Aku sudah tinggal di panti asuhan Nyonya Marta sejak aku bayi. Aku tidak pernah tahu seperti apa kedua orang tuaku. Aku sering bertanya-tanya seperti siapa ayah dan ibuku, apakah mereka tinggi? apa ayahku berkulit coklat sepertiku? siapa yang mewariskan mata sipit ini padaku? rambut yang selalu acak-acakan meskipun disisir berkali-kali ini karena aku mirip ayah atau ibuku? aku tidak tahu jawaban semua pertanyaan itu, aku tidak pernah melihat kedua orang tuaku dan tidak punya foto mereka.
Ayah dan ibuku hanya meninggalkan nama pengenal yang diikat di tanganku sewaktu aku bayi, nama Alesia adalah satu-satunya warisan yang mereka tinggalkan untukku, hanya itu yang mereka berikan padaku. Sewaktu kecil, jika aku berulah, Nyonya Marta sering mengatakan di depan kelas bahwa dia curiga kalau seekor burung bangau yang meletakkan ku di sini di depan pintu panti asuhannya, itu membuat banyak anak panti meledekku dengan sebutan anak burung bangau dan aku harus meninju mulut mereka satu persatu agar mereka menutup mulut mereka.
Aku berharap bisa melihat kedua orang tuaku, sesuatu yang mungkin hanya bisa terjadi jika aku sudah meninggal dunia.
Saat aku membuka mata, kupikir aku sudah di surga dan akan bertemu orang tuaku tapi aku malah melihat gorden hijau tua yang selalu kulihat sepanjang hari. Aku mendapati diriku tidur di ranjangku di bangsal anak perempuan. Aku berpikir kalau apa yang terjadi semalam hanyalah sebuah mimpi. Sebuah Mimpi yang anehnya terasa nyata, mimpi yang meninggalkan bekas luka cakar yang masih terasa perih di pipiku. Aku terbangun dengan punggung dan lengan yang terasa pegal.
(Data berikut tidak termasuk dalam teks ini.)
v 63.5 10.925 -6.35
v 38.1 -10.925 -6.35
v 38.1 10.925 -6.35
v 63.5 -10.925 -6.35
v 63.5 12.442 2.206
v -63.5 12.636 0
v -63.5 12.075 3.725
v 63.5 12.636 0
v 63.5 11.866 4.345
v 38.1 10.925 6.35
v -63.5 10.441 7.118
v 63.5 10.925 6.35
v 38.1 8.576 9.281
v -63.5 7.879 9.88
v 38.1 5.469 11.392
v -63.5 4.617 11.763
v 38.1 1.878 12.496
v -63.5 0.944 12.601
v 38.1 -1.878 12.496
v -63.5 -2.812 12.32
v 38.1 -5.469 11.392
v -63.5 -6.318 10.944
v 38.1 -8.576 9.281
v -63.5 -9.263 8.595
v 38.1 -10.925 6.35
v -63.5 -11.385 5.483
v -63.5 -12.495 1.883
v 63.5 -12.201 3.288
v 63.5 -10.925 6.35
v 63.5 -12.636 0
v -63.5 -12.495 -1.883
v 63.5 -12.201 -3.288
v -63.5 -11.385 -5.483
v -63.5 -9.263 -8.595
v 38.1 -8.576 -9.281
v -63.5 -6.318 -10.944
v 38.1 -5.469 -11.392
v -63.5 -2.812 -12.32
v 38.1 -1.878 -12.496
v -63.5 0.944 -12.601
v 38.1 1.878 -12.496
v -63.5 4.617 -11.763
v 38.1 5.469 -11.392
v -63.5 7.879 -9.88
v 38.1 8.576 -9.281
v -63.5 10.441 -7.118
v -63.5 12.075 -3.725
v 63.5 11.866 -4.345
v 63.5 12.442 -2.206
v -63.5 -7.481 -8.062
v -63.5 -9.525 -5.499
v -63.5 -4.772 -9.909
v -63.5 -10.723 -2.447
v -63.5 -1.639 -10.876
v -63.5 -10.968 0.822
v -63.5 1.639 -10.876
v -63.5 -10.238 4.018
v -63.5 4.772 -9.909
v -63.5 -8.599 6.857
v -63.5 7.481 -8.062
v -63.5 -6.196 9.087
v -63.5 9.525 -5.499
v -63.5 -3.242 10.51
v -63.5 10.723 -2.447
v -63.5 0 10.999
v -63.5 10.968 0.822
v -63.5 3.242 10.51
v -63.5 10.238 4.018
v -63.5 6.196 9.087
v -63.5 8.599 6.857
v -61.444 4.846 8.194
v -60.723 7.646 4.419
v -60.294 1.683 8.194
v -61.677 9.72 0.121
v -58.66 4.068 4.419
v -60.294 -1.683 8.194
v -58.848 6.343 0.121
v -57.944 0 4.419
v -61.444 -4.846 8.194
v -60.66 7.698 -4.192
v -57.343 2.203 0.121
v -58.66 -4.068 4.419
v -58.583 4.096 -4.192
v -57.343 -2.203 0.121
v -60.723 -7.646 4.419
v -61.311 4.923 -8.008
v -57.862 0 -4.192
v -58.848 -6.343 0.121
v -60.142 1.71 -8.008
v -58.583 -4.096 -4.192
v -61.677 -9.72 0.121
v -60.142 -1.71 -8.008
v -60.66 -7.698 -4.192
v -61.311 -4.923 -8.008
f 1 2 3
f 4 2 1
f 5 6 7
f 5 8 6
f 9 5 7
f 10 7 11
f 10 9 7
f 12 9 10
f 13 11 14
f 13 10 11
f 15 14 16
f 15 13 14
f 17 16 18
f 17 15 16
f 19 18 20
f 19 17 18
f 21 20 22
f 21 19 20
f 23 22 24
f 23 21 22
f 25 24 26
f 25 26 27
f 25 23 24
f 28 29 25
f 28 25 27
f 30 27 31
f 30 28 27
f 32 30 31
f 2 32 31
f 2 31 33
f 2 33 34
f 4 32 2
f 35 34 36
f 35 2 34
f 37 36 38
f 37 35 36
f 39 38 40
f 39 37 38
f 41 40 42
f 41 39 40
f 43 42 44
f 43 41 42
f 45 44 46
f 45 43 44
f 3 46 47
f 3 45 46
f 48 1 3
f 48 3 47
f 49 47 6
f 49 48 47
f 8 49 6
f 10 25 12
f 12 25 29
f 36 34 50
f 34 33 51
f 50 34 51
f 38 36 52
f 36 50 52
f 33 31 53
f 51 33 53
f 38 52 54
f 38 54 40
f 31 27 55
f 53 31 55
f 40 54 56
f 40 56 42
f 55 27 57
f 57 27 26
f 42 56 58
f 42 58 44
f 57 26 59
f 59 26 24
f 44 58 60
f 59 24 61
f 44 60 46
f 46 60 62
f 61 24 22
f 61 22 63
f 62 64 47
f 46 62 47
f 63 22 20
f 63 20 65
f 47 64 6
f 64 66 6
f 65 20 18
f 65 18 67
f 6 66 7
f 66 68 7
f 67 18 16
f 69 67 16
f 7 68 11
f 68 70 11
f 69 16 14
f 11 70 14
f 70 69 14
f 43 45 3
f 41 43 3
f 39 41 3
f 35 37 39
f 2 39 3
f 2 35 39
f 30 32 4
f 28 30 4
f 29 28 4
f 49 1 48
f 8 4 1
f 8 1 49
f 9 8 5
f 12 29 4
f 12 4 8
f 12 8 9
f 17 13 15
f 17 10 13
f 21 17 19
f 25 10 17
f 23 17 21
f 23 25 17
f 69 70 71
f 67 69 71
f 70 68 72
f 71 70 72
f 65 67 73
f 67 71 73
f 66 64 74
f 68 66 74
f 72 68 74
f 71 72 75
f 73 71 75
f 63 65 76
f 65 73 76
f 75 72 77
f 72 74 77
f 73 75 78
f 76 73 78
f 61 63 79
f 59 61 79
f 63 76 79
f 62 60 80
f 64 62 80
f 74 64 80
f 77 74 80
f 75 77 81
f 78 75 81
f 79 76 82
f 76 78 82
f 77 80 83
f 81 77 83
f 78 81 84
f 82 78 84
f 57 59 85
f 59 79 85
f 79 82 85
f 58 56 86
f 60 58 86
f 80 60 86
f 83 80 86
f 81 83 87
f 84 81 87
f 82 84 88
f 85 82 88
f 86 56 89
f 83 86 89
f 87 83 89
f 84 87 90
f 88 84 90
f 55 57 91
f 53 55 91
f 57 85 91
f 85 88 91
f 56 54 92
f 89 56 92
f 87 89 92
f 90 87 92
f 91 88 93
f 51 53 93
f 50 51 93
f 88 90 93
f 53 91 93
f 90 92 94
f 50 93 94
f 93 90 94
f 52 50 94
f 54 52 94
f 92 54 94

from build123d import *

# Parameters (mm, degrees)
F0_R     = 12.6365
F1_DEPTH = 63.5
F2_W     = 25.4
F2_H     = 6.2865
F3_DEPTH = 12.7
F4_W     = 25.4
F4_H     = 6.2865
F5_DEPTH = 12.7


with BuildPart() as f1:
    # F0 (on Right) → F1 (new body, symmetric)
    with BuildSketch(Plane.YZ):
        Circle(F0_R)
    extrude(amount=F1_DEPTH, both=True)

    # F2 (on Front) → F3 (cut, symmetric)
    with BuildSketch(Plane.XZ):
        with Locations((50.8, 9.49325)):
            Rectangle(F2_W, F2_H)
    extrude(amount=F3_DEPTH, both=True, mode=Mode.SUBTRACT)

    # F4 (on Front) → F5 (cut, symmetric)
    with BuildSketch(Plane.XZ):
        with Locations((50.8, -9.49325)):
            Rectangle(F4_W, F4_H)
    extrude(amount=F5_DEPTH, both=True, mode=Mode.SUBTRACT)

    # F6 (on Front) → F7 (revolve, cut)
    with BuildSketch(Plane.XZ):
        with BuildLine():
            Line((-69.85, -12.7), (-69.85, 12.7))
            ThreePointArc((-69.85, 12.7), (-82.55, 0), (-69.85, -12.7))
        make_face()
    revolve(axis=Axis((-69.85, 0, 0), (0, 0, -1)), mode=Mode.SUBTRACT)


solid = f1.part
Aku berbaring sendirian di kamar saat hari sudah siang dan itu sesuatu yang aneh. Nyonya Marta tidak pernah membiarkan ada anak panti yang tidur hingga melewati jam sepuluh pagi kecuali dia sakit atau lumpuh, atau pingsan atau sudah mati. Dengan ketakutan aku bergegas melempar selimut dan segera memeriksa kedua kakiku, mengecek tangan, perut dan merasa lega karena semua anggota tubuhku masih utuh. Aku baik-baik saja.
Aku sedang mengecek kepalaku apakah masih ada di tempatnya ketika Nyonya Sofi datang membawa nampan berisi makanan dan baju. Nyonya Sofi berjalan terburu-buru, badannya yang besar dan gemuk membuatnya tampak seperti oleng, kaki besarnya menghasilkan bunyi gedebuk di lantai.
Aku menatap Nyonya Sofi dan dia memicingkan mata sipitnya padaku.
"Syukurlah kau sudah bangun," kata Nyonya Sofi.
Rangka ranjangku berderak menderita ketika Nyonya Sofi duduk di pinggir ranjang.
"Apa aku akan dihukum?" tanyaku.
Nyonya Sofi meletakkan nampan makanan di samping kakiku dan berkata dengan tegas, "Oh ya tentu saja, orang sepertimu seharusnya mendapatkan hukuman, jika tidak kau akan mengulangi kegilaan itu lagi, apa kau tahu semalam itu berbahaya."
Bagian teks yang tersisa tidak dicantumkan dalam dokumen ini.